Meanwhile, the world outside of the Vonnegut Museum is performing an homage to him by attempting to recreate Harrison Bergeron.
I became a Vonnegut fan at age 12 when I tried to check out Breakfast of Champions from the local library, and they sent me home with a permission slip for my mom to sign instead. So of course I had to read all of his books. Then had to reread them a few years later to understand them.
"A purpose of human life, no matter who is controlling it, is to love whoever is around to be loved." -- Vonnegut
> Meanwhile, the world outside of the Vonnegut Museum is performing an homage to him by attempting to recreate Harrison Bergeron.
Can you expand on this? Isn't a central part of that book radical equalisation, where today's world is full of people and institutions driving inequality to greater heights.
In the story talented people are forced to handicap themselves. What is the parallel of that to the real world?
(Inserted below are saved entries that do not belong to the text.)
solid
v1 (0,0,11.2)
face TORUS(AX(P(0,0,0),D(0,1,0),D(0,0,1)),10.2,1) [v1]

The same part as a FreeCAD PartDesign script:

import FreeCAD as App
import Part
import Sketcher

V = App.Vector

doc = App.newDocument("Part")
body = doc.addObject("PartDesign::Body", "Body")

# Sketch on XY plane
sketch1 = doc.addObject("Sketcher::SketchObject", "Sketch")
body.addObject(sketch1)
sketch1.AttachmentSupport = (doc.XY_Plane, [""])
sketch1.MapMode = "FlatFace"
sketch1.addGeometry(Part.Circle(V(-10.2, 0, 0), V(0, 0, 1), 1), False)
sketch1.addConstraint([
    Sketcher.Constraint("PointOnObject", 0, 3, -1),
    Sketcher.Constraint("Diameter", 0, 2.0),
    Sketcher.Constraint("DistanceX", 0, 3, -1, 1, 10.2),
])
revolution = doc.addObject("PartDesign::Revolution", "Revolution")
body.addObject(revolution)
revolution.Profile = sketch1
revolution.ReferenceAxis = (sketch1, ["V_Axis"])
revolution.Angle = 360

doc.recompute()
Beyond that: to me, the thing that distinguishes Harrison Bergeron in the field of dystopian literature is how relentlessly farcical it is. The "handicaps" are self-defeating because they blatantly advertise the advantages that they're meant to neutralize. The allegedly super-intelligent rebel protagonist acts like an impulsive idiot. His ultimate showdown isn't against a legion of high-tech enforcers, but against a shotgun-wielding bureaucrat.
In short, it goes beyond merely being unbelievable; it gleefully throws the whole notion of believability into a dumpster and sets it on fire because the fire is pretty.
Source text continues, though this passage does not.